Work request
Return all the lines below, exactly as they read.

Data to examine
****************************************

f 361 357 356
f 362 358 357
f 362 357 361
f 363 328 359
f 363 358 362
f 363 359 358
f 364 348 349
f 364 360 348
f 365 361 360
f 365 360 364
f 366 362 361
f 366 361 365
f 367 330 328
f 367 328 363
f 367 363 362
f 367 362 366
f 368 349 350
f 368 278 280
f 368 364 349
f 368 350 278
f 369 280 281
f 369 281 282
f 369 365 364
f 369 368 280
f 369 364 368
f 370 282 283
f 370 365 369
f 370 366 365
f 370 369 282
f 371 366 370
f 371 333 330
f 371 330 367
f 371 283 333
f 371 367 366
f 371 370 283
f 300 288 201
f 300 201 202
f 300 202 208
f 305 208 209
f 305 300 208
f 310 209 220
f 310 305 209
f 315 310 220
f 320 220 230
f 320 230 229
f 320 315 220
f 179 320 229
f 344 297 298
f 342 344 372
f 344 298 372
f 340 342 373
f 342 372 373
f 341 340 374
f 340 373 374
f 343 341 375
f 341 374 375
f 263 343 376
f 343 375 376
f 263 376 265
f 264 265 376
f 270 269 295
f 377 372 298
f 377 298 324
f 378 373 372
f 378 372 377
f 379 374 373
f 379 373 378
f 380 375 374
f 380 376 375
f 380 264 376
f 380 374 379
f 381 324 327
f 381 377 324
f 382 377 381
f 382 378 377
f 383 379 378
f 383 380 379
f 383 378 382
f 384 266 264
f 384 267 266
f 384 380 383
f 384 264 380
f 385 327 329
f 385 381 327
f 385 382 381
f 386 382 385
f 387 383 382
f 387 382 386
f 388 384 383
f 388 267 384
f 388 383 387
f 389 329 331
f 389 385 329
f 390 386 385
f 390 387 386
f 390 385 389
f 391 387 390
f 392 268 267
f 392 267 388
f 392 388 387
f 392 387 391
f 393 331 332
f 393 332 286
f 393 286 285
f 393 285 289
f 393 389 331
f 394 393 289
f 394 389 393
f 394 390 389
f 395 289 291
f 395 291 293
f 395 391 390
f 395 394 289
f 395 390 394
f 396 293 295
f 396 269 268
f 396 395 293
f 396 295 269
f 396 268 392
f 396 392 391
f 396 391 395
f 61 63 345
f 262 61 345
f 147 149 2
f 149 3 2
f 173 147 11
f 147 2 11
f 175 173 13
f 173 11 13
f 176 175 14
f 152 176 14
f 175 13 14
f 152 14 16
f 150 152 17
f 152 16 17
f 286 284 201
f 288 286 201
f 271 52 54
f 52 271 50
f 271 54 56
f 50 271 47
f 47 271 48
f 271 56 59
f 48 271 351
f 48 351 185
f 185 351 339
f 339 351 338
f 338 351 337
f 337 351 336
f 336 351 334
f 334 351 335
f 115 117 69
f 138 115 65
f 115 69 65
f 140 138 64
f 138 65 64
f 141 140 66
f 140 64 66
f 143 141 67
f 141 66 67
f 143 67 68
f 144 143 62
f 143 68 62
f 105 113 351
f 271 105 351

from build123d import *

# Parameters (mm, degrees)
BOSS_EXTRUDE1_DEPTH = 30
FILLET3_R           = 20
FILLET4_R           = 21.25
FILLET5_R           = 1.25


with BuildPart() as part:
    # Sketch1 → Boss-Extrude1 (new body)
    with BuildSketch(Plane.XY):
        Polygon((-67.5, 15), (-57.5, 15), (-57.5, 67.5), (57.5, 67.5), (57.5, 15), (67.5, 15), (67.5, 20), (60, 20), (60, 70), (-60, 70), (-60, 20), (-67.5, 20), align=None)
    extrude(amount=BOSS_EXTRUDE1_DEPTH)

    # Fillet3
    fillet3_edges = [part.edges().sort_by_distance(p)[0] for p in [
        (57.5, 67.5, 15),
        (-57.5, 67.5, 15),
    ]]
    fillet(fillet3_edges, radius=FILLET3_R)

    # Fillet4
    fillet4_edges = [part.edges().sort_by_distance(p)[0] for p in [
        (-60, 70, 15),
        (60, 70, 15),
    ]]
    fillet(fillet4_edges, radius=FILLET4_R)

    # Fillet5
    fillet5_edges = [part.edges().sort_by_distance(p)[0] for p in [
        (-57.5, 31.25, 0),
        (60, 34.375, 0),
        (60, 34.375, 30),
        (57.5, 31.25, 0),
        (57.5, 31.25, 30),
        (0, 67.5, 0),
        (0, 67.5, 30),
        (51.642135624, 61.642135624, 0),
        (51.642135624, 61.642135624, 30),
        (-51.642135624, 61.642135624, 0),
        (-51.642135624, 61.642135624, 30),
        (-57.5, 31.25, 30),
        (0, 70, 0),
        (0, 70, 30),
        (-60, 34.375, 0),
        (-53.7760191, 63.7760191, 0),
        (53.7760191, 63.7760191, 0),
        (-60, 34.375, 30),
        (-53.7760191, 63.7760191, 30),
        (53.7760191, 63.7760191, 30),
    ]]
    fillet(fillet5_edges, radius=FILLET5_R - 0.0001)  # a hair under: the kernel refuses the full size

****************************************

Reply
f 361 357 356
f 362 358 357
f 362 357 361
f 363 328 359
f 363 358 362
f 363 359 358
f 364 348 349
f 364 360 348
f 365 361 360
f 365 360 364
f 366 362 361
f 366 361 365
f 367 330 328
f 367 328 363
f 367 363 362
f 367 362 366
f 368 349 350
f 368 278 280
f 368 364 349
f 368 350 278
f 369 280 281
f 369 281 282
f 369 365 364
f 369 368 280
f 369 364 368
f 370 282 283
f 370 365 369
f 370 366 365
f 370 369 282
f 371 366 370
f 371 333 330
f 371 330 367
f 371 283 333
f 371 367 366
f 371 370 283
f 300 288 201
f 300 201 202
f 300 202 208
f 305 208 209
f 305 300 208
f 310 209 220
f 310 305 209
f 315 310 220
f 320 220 230
f 320 230 229
f 320 315 220
f 179 320 229
f 344 297 298
f 342 344 372
f 344 298 372
f 340 342 373
f 342 372 373
f 341 340 374
f 340 373 374
f 343 341 375
f 341 374 375
f 263 343 376
f 343 375 376
f 263 376 265
f 264 265 376
f 270 269 295
f 377 372 298
f 377 298 324
f 378 373 372
f 378 372 377
f 379 374 373
f 379 373 378
f 380 375 374
f 380 376 375
f 380 264 376
f 380 374 379
f 381 324 327
f 381 377 324
f 382 377 381
f 382 378 377
f 383 379 378
f 383 380 379
f 383 378 382
f 384 266 264
f 384 267 266
f 384 380 383
f 384 264 380
f 385 327 329
f 385 381 327
f 385 382 381
f 386 382 385
f 387 383 382
f 387 382 386
f 388 384 383
f 388 267 384
f 388 383 387
f 389 329 331
f 389 385 329
f 390 386 385
f 390 387 386
f 390 385 389
f 391 387 390
f 392 268 267
f 392 267 388
f 392 388 387
f 392 387 391
f 393 331 332
f 393 332 286
f 393 286 285
f 393 285 289
f 393 389 331
f 394 393 289
f 394 389 393
f 394 390 389
f 395 289 291
f 395 291 293
f 395 391 390
f 395 394 289
f 395 390 394
f 396 293 295
f 396 269 268
f 396 395 293
f 396 295 269
f 396 268 392
f 396 392 391
f 396 391 395
f 61 63 345
f 262 61 345
f 147 149 2
f 149 3 2
f 173 147 11
f 147 2 11
f 175 173 13
f 173 11 13
f 176 175 14
f 152 176 14
f 175 13 14
f 152 14 16
f 150 152 17
f 152 16 17
f 286 284 201
f 288 286 201
f 271 52 54
f 52 271 50
f 271 54 56
f 50 271 47
f 47 271 48
f 271 56 59
f 48 271 351
f 48 351 185
f 185 351 339
f 339 351 338
f 338 351 337
f 337 351 336
f 336 351 334
f 334 351 335
f 115 117 69
f 138 115 65
f 115 69 65
f 140 138 64
f 138 65 64
f 141 140 66
f 140 64 66
f 143 141 67
f 141 66 67
f 143 67 68
f 144 143 62
f 143 68 62
f 105 113 351
f 271 105 351

from build123d import *

# Parameters (mm, degrees)
BOSS_EXTRUDE1_DEPTH = 30
FILLET3_R           = 20
FILLET4_R           = 21.25
FILLET5_R           = 1.25


with BuildPart() as part:
    # Sketch1 → Boss-Extrude1 (new body)
    with BuildSketch(Plane.XY):
        Polygon((-67.5, 15), (-57.5, 15), (-57.5, 67.5), (57.5, 67.5), (57.5, 15), (67.5, 15), (67.5, 20), (60, 20), (60, 70), (-60, 70), (-60, 20), (-67.5, 20), align=None)
    extrude(amount=BOSS_EXTRUDE1_DEPTH)

    # Fillet3
    fillet3_edges = [part.edges().sort_by_distance(p)[0] for p in [
        (57.5, 67.5, 15),
        (-57.5, 67.5, 15),
    ]]
    fillet(fillet3_edges, radius=FILLET3_R)

    # Fillet4
    fillet4_edges = [part.edges().sort_by_distance(p)[0] for p in [
        (-60, 70, 15),
        (60, 70, 15),
    ]]
    fillet(fillet4_edges, radius=FILLET4_R)

    # Fillet5
    fillet5_edges = [part.edges().sort_by_distance(p)[0] for p in [
        (-57.5, 31.25, 0),
        (60, 34.375, 0),
        (60, 34.375, 30),
        (57.5, 31.25, 0),
        (57.5, 31.25, 30),
        (0, 67.5, 0),
        (0, 67.5, 30),
        (51.642135624, 61.642135624, 0),
        (51.642135624, 61.642135624, 30),
        (-51.642135624, 61.642135624, 0),
        (-51.642135624, 61.642135624, 30),
        (-57.5, 31.25, 30),
        (0, 70, 0),
        (0, 70, 30),
        (-60, 34.375, 0),
        (-53.7760191, 63.7760191, 0),
        (53.7760191, 63.7760191, 0),
        (-60, 34.375, 30),
        (-53.7760191, 63.7760191, 30),
        (53.7760191, 63.7760191, 30),
    ]]
    fillet(fillet5_edges, radius=FILLET5_R - 0.0001)  # a hair under: the kernel refuses the full size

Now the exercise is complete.